AA Edit | Odisha shooting shocker

The killing of Odisha's health and family welfare minister Naba Das on Sunday still comes as a shocker.

Update: 2023-01-30 19:13 GMT
Odisha Health Minister Naba Das died after being shot at. (Image credit: Twitter/@nabadasjsg)

In a country that has had its tragic share of assassinations, including the most heinous murder of the apostle of peace the nation remembered on January 30, the killing of Odisha’s health and family welfare minister Naba Das on Sunday still comes as a shocker. It is not often that an armed policeman becomes an assassin though there was a precedent in Mrs Indira Gandhi being gunned down by the very people who were detailed to protect her.

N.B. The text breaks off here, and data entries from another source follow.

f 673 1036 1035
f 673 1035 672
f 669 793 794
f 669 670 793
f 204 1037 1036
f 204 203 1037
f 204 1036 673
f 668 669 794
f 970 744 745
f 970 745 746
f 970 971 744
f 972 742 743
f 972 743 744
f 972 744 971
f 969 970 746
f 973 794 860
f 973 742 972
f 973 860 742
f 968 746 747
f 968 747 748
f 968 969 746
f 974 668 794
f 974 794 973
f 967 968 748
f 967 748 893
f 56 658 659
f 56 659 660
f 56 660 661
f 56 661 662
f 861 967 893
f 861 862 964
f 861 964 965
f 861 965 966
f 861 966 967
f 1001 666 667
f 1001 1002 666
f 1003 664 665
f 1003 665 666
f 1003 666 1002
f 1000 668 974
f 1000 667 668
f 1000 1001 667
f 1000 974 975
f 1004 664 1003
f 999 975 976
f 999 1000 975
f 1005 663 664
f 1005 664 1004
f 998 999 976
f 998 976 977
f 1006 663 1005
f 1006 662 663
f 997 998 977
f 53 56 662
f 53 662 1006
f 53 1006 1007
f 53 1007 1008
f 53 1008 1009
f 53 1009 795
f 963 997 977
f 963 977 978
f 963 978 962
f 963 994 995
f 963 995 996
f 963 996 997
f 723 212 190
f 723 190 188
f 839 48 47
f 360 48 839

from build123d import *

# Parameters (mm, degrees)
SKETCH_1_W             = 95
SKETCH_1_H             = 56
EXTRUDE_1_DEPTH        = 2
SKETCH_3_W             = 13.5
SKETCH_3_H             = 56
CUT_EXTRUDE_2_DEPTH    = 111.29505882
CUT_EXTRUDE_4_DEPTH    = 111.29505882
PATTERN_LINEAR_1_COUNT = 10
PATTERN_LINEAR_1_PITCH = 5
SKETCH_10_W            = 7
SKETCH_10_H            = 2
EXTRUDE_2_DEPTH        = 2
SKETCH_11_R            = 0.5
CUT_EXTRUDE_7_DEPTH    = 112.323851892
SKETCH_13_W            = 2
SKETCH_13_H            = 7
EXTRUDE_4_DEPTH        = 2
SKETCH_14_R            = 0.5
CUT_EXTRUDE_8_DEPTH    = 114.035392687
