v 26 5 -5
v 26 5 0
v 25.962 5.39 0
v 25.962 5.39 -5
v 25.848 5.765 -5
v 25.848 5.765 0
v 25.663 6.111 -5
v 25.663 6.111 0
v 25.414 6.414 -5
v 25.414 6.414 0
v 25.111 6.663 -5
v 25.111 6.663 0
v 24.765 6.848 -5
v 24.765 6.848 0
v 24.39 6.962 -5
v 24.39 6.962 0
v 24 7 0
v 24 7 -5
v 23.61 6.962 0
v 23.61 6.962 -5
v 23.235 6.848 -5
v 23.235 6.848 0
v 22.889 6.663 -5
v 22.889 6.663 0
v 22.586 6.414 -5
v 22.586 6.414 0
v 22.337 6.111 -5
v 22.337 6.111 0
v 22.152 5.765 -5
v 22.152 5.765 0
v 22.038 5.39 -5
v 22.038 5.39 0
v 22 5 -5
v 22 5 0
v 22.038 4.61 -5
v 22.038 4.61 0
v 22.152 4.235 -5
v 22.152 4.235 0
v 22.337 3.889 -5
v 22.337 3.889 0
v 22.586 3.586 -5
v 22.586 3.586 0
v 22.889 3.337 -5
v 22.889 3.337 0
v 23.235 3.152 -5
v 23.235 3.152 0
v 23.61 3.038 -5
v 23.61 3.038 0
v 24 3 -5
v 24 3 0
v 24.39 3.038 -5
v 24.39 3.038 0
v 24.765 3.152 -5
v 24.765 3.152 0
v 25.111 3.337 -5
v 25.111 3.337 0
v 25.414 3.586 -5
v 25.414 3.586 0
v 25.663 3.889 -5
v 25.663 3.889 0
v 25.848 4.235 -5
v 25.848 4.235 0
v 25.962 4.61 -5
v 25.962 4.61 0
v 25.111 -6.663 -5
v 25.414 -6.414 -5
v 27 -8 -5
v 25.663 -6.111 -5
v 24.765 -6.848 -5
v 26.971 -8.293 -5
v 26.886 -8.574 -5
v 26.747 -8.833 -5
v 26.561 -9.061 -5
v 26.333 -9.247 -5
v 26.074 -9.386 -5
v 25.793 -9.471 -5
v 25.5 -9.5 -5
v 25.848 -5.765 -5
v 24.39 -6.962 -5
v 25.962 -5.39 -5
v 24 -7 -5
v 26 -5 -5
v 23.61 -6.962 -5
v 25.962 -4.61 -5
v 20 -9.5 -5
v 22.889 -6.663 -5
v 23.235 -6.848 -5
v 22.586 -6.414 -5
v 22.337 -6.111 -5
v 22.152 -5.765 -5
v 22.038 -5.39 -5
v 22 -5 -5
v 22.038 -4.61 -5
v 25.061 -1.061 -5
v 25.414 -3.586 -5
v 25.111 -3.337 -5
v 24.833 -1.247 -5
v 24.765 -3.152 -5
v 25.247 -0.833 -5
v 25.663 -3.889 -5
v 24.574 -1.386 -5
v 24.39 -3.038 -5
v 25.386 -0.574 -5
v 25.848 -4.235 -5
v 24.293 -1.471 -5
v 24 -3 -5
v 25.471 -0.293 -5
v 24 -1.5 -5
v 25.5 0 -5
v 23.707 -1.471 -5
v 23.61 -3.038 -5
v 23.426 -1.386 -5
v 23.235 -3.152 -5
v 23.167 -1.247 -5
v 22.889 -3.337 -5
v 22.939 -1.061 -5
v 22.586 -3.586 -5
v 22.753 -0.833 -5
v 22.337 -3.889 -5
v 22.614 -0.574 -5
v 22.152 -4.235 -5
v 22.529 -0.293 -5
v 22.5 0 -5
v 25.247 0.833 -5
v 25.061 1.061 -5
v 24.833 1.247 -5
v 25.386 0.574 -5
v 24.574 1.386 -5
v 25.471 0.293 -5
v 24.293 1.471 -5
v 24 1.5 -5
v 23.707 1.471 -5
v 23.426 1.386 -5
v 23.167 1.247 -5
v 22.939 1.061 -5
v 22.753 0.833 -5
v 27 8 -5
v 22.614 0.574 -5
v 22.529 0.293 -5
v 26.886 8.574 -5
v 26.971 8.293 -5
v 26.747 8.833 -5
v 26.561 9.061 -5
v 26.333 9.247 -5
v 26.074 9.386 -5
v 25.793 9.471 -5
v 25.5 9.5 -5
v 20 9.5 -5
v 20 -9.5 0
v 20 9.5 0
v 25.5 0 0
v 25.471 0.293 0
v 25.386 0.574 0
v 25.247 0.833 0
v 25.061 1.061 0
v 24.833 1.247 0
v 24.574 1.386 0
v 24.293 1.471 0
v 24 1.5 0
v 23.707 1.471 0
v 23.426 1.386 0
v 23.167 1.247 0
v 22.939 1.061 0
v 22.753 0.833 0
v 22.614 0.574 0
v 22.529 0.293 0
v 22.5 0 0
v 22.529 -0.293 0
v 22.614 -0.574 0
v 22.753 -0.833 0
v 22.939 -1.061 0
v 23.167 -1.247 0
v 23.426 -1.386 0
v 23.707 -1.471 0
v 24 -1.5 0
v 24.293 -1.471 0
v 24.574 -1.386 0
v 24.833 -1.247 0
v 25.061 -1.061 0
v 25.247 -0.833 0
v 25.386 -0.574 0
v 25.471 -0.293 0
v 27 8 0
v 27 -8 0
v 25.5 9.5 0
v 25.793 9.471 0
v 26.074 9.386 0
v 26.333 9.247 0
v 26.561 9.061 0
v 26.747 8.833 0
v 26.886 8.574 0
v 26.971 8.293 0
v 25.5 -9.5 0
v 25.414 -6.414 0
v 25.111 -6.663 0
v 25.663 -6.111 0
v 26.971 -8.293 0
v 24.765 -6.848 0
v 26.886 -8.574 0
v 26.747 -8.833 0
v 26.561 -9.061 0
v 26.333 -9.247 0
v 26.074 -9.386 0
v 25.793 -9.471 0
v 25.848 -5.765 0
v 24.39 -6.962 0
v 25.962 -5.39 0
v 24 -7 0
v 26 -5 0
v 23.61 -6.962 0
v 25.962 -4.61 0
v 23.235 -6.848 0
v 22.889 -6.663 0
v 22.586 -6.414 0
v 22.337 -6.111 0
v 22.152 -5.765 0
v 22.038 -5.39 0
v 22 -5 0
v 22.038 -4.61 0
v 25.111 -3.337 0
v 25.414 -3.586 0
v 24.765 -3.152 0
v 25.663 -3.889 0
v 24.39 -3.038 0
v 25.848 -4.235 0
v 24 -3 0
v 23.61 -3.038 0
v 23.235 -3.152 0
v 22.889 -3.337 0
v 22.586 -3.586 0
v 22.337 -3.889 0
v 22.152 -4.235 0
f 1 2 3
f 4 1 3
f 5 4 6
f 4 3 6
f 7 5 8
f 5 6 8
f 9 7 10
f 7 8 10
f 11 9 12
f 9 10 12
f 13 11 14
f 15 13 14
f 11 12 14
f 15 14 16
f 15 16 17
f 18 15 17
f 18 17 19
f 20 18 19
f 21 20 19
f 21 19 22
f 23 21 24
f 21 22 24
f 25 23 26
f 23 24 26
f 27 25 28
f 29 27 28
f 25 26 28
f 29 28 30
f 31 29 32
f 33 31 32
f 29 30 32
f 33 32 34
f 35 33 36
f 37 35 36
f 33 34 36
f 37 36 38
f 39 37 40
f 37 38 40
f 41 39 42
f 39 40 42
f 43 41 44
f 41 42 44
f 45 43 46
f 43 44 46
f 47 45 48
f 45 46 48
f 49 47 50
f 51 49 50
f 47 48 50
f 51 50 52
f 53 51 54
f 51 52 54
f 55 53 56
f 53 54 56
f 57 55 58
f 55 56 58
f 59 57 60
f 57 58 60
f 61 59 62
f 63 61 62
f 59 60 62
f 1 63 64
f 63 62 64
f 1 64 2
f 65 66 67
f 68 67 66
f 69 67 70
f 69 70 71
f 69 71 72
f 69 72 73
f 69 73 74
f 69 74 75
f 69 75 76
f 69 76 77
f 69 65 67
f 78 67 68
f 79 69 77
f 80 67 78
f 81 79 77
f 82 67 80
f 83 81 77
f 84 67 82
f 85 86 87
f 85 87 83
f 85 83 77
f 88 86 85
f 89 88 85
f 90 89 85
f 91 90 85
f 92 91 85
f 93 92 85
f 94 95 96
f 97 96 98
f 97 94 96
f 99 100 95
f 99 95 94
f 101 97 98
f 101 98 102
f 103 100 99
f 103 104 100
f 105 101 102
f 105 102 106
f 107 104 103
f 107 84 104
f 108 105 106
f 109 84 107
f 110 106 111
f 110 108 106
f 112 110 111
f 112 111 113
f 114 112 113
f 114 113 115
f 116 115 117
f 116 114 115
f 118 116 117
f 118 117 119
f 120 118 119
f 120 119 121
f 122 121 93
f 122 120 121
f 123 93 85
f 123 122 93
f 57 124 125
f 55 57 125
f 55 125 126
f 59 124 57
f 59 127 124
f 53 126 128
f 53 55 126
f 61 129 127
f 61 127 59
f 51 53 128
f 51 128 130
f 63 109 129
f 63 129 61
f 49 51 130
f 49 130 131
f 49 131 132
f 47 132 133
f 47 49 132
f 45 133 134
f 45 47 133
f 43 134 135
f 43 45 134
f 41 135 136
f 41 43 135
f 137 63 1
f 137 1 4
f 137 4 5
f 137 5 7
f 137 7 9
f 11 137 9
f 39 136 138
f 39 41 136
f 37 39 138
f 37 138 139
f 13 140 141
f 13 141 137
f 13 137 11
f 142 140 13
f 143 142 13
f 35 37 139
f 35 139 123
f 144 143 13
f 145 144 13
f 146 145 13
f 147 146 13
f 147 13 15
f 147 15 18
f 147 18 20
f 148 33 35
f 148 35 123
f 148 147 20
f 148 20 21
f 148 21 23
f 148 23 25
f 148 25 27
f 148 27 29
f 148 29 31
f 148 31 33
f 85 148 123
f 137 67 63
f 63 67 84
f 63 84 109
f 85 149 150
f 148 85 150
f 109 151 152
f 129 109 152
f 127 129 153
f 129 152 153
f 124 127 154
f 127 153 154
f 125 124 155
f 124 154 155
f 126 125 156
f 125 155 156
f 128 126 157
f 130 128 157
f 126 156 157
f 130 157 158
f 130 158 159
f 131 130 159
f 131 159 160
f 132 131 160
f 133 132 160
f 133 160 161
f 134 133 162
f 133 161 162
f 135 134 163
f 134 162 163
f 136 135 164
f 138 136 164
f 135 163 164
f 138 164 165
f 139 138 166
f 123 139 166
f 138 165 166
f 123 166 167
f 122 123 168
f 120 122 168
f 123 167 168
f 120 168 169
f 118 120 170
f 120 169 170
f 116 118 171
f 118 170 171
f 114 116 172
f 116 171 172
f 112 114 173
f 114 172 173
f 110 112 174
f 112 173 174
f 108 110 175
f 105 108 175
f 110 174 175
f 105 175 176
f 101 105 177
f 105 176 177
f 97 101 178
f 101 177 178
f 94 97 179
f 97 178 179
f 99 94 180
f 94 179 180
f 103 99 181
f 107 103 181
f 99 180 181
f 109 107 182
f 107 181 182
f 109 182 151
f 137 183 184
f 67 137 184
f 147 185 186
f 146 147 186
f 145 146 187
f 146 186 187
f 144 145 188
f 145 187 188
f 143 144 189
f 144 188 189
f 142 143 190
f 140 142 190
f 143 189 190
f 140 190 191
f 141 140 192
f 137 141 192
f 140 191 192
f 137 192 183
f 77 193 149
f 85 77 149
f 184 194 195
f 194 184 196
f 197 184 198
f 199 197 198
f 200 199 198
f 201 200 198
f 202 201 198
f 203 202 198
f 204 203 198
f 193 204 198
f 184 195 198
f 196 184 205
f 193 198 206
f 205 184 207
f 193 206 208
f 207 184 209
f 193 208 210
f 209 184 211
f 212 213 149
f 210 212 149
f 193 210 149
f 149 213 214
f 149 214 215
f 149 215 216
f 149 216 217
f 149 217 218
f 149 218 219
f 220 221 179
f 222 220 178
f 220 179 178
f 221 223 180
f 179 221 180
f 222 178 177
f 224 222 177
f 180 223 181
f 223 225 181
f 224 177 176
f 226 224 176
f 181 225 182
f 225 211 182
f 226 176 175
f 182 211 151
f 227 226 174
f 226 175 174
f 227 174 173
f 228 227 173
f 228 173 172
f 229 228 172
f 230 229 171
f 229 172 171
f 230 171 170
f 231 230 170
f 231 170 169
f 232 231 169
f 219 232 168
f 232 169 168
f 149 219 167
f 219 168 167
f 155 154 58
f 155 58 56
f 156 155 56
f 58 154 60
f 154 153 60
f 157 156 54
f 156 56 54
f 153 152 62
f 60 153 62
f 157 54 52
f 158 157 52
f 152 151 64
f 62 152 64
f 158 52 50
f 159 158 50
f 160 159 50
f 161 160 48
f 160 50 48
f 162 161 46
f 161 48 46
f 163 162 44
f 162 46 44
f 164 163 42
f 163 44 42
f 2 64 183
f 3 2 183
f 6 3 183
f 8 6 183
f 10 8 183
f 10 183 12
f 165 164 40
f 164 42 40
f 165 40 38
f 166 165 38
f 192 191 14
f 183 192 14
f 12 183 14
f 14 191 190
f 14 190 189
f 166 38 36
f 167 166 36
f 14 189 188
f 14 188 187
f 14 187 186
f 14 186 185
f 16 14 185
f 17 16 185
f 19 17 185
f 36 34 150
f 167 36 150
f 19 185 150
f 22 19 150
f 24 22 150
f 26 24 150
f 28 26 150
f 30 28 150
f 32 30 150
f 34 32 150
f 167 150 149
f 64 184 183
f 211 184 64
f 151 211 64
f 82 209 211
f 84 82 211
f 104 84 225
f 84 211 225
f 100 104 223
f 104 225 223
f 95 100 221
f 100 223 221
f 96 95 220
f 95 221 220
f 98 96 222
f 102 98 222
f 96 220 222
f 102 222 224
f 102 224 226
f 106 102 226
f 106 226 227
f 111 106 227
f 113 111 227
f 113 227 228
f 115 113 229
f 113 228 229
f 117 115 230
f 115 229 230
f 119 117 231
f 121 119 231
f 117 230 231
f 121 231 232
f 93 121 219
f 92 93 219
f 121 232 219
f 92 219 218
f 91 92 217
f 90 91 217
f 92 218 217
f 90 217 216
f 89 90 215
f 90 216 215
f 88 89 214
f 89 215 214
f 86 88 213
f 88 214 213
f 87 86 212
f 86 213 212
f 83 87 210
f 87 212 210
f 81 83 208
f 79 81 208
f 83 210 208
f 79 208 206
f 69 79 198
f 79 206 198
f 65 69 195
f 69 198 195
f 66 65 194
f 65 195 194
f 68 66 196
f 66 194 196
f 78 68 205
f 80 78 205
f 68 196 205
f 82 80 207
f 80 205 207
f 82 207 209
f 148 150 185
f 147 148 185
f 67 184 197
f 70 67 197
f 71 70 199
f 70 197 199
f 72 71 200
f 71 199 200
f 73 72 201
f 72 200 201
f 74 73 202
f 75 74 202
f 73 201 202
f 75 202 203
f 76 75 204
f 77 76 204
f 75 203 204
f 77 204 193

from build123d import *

# Parameters (mm, degrees)
SKETCH1_R           = 2
SKETCH1_R_2         = 1.5
BOSS_EXTRUDE2_DEPTH = 5


with BuildPart() as part:
    # Sketch1 → Boss-Extrude2 (new body)
    with BuildSketch(Plane.XY):
        with BuildLine():
            Line((20, -9.5), (20, 9.5))
            Line((20, 9.5), (25.5, 9.5))
            ThreePointArc((25.5, 9.5), (26.560660172, 9.060660172), (27, 8))
            Line((27, 8), (27, -8))
            ThreePointArc((27, -8), (26.560660172, -9.060660172), (25.5, -9.5))
            Line((25.5, -9.5), (20, -9.5))
        make_face()
        with Locations((24, 5)):
            Circle(SKETCH1_R, mode=Mode.SUBTRACT)
        with Locations((24, -5)):
            Circle(SKETCH1_R, mode=Mode.SUBTRACT)
        with Locations((24, 0)):
            Circle(SKETCH1_R_2, mode=Mode.SUBTRACT)
    extrude(amount=-BOSS_EXTRUDE2_DEPTH)


solid = part.part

As a politician and a serving minister, the senior BJD leader may have been in the right place as he went to an inaugural event on a Sunday. It was his misfortune that a sub-inspector, said to have been facing a mental health issue as serious as bipolar disorder, as revealed by a doctor who had treated him in the past as well as recently, chose that occasion to use his gun on a human target because he was unhappy with something in his professional life.

The service conditions of policemen, who draw relatively meagre salaries, has been a long running issue in a country whose people are accustomed to being granted leave for personal reasons at the drop of a hat. This matter of taking casual leave has been a perennial problem in police forces leading to many an incident of cops opening fire on colleagues or themselves.

Mental health issues are, however, a very serious matter and need far greater application of collective minds of the superiors in such forces. Medical resources are rarely used to treat people who are always on an edge when it comes to being on duty for long hours on ‘bandobast’ duty and for days together. There is a need not only for greater sensitisation among the workforce but also sensitivity on the part of those in charge of such human resources.

It must be terrible for the leader’s family that he should be the victim of what may not have been a planned political assassination. While grieving for him as we invariably do when a person is thought of as an innocent victim, what must not be lost sight of is the larger human problem of mental illness, to talk about which itself may have been taboo in Indian society. To be humane may come with a cost but, as a society, we have some way to go in recognising the problems of people among us and helping them.